Separation is part of human life, so much so that in Jewish mystical liturgy this world is called the “world of separation (alma deperuda).” Reunions, planned or serendipitous, are thrilling experiences but are frightening because we fear finding out how different we have become from those with whom we once shared such similarity.

Abraham and Lot once were very similar. They separated intentionally, yet there were bonds that linked them, invisible and mysterious. Some we read about in the parashot of Lech Lecha and Vayera, but others surface generations later, with the story of Ruth, the descendent of Lot’s progeny, Moav, and her reunion with Abraham’s people. Ultimately, King David himself becomes the symbol of the reunion of the uncle and nephew of whose separation we read in Lech Lecha.

No wonder then that the mystical text that calls this world the alma deperuda calls the next, better world, the alma deyiĥuda, “the world of reunion,” the world in which we will all be together.

* * * * *

It is in Lech Lecha that we are told the story of Abraham’s aliyah, of his journey to the Holy Land. What amazes me, and what readers of the Bible over the millennia have found equally amazing, is the total faith in God that Abraham demonstrated by embarking upon this journey.

God tells Abraham to leave his land, his birthplace, and his family. As if that were not a sufficient challenge, God does not even tell him where he is going. He simply says, “Go!” Abraham does not ask where, but is told “to the land that I will show you.”

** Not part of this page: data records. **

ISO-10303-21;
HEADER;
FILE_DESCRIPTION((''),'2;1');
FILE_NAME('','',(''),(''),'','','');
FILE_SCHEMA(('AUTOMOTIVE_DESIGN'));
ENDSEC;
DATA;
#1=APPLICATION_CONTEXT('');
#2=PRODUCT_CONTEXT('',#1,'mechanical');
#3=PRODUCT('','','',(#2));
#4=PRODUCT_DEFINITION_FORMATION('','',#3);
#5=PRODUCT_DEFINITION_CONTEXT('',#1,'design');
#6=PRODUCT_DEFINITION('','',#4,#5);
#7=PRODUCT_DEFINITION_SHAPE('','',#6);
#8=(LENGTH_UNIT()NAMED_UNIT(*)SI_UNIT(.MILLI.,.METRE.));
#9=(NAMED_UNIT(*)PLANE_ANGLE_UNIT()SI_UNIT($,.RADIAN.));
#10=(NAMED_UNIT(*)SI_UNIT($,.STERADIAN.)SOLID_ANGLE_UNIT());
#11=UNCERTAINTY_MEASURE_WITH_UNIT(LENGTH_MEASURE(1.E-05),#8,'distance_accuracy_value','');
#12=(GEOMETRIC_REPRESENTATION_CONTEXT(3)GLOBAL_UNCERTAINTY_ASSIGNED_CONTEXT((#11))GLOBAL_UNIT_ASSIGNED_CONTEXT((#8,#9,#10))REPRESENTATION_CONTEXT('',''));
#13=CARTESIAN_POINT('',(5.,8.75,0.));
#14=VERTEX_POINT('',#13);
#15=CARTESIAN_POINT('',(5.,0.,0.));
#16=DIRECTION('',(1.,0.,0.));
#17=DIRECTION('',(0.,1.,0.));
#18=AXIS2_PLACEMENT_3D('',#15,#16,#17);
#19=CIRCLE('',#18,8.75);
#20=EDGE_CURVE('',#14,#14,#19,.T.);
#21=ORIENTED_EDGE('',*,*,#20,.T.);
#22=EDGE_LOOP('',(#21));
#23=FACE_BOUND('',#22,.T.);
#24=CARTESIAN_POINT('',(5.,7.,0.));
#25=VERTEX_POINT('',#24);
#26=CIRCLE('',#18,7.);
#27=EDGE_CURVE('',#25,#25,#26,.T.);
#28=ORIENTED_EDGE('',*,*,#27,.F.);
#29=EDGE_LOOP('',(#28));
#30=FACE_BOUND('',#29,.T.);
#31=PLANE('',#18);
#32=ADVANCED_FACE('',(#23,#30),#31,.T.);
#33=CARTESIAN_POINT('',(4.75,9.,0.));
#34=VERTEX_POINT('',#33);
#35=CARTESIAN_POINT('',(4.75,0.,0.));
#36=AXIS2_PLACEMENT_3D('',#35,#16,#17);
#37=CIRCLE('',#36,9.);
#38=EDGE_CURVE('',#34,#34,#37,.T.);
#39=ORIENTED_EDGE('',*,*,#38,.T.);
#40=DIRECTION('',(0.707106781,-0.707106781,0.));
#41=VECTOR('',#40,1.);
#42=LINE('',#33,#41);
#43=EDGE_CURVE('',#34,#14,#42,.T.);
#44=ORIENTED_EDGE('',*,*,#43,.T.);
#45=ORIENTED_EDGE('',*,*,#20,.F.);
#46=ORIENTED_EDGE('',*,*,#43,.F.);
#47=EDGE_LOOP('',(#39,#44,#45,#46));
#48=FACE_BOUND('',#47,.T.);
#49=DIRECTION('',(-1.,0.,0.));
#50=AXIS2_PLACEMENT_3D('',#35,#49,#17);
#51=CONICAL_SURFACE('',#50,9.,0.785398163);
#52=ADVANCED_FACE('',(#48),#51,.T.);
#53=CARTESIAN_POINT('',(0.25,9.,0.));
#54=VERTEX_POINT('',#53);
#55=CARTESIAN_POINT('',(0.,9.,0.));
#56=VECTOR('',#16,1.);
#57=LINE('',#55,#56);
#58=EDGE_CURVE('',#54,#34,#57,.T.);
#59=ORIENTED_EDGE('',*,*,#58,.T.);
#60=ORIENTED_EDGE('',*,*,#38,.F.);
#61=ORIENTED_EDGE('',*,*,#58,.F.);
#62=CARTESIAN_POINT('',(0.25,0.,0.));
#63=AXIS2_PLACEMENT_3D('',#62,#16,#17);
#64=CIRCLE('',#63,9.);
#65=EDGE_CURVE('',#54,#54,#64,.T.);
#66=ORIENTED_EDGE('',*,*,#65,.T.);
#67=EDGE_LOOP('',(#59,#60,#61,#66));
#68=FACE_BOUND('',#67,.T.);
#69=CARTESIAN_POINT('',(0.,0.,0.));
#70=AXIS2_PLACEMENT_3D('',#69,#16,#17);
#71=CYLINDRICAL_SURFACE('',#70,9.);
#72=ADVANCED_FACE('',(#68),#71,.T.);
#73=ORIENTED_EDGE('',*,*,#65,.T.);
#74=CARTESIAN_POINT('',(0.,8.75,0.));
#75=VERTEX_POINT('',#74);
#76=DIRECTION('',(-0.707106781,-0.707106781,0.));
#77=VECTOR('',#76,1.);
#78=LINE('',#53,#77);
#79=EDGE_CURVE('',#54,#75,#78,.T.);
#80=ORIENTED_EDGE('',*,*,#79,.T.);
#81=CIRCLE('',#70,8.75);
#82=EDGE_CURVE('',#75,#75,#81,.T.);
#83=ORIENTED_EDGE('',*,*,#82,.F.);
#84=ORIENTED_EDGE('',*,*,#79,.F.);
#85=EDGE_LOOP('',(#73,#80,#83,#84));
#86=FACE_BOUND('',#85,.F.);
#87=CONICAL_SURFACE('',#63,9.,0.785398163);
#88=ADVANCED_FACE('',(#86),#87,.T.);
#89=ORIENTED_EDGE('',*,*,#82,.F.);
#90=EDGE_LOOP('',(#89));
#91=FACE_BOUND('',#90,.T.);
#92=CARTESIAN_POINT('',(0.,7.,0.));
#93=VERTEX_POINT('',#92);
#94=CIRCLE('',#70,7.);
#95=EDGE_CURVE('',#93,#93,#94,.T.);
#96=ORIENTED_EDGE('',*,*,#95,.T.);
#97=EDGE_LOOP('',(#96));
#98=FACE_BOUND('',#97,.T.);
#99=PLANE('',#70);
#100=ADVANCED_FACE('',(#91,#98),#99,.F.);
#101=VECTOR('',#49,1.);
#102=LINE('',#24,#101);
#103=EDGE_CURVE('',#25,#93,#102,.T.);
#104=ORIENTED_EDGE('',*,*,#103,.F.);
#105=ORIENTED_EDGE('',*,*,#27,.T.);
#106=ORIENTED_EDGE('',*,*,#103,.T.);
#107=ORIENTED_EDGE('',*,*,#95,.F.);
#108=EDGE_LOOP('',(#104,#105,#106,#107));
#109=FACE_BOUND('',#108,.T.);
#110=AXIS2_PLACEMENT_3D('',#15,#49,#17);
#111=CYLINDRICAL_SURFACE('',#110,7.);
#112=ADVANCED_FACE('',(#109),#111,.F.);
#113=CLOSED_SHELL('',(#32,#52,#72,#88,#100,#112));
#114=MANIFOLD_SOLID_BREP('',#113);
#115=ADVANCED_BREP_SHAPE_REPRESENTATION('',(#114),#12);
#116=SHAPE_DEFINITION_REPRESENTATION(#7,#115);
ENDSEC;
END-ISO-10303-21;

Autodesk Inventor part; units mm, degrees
ref_plane "YZ Plane" through (0, 0, 0) normal (1, 0, 0) x (0, 1, 0)
ref_plane "XZ Plane" through (0, 0, 0) normal (0, 1, 0) x (-1, 0, 0)
ref_plane "XY Plane" through (0, 0, 0) normal (0, 0, 1) x (1, 0, 0)
sketch "Эскиз1" plane through (0, 0, 0) normal (0, 0, 1) x (1, 0, 0)
  line L0 (0, 9) -> (5, 9)
  line L1 (5, 9) -> (5, 7)
  line L2 (5, 7) -> (0, 7)
  line L3 (0, 7) -> (0, 9)
  line L4 (0, 0) -> (5.6072, 0)
  dimension "d0" = 14
  dimension "d1" = 2
  dimension "d2" = 5
revolve "Вращение1" add sketch "Эскиз1" angle 360 about axis through (0, 0, 0) along (1, 0, 0)
chamfer "Фаска1" distance 0.25 angle 45 2 edges at (5, -9, 0) (0, -9, 0)
properties part number "Проставка" material "Сталь, углеродистая"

Why? How? These questions do not even occur to Abraham. He does not ask, nor does the Almighty inform him, about the objective for uprooting himself from his familiar surroundings and intimate personal relationships. Abraham is given the assurance of blessed success, but he is not given a hint as to why he has to venture off into an unknown land and uncertain future in order to achieve this blessing. The question the reader asks – “Why could he not achieve these divine blessings in his own homeland?” – is a question that Abraham himself never asks.

I used to think that Abraham was the model of perfect faith whom we ourselves could take as an inspiration but whose achievements we could never hope to match in our own lives. That is, I used to think that way until…the reunion.

Let me tell you how that reunion came about. In recent years, my wife and I have been privileged to visit Israel frequently, for relatively long periods of time. During these visits, we inevitably encounter old friends, many of whom moved to Israel thirty or forty – and in some cases even fifty – years ago.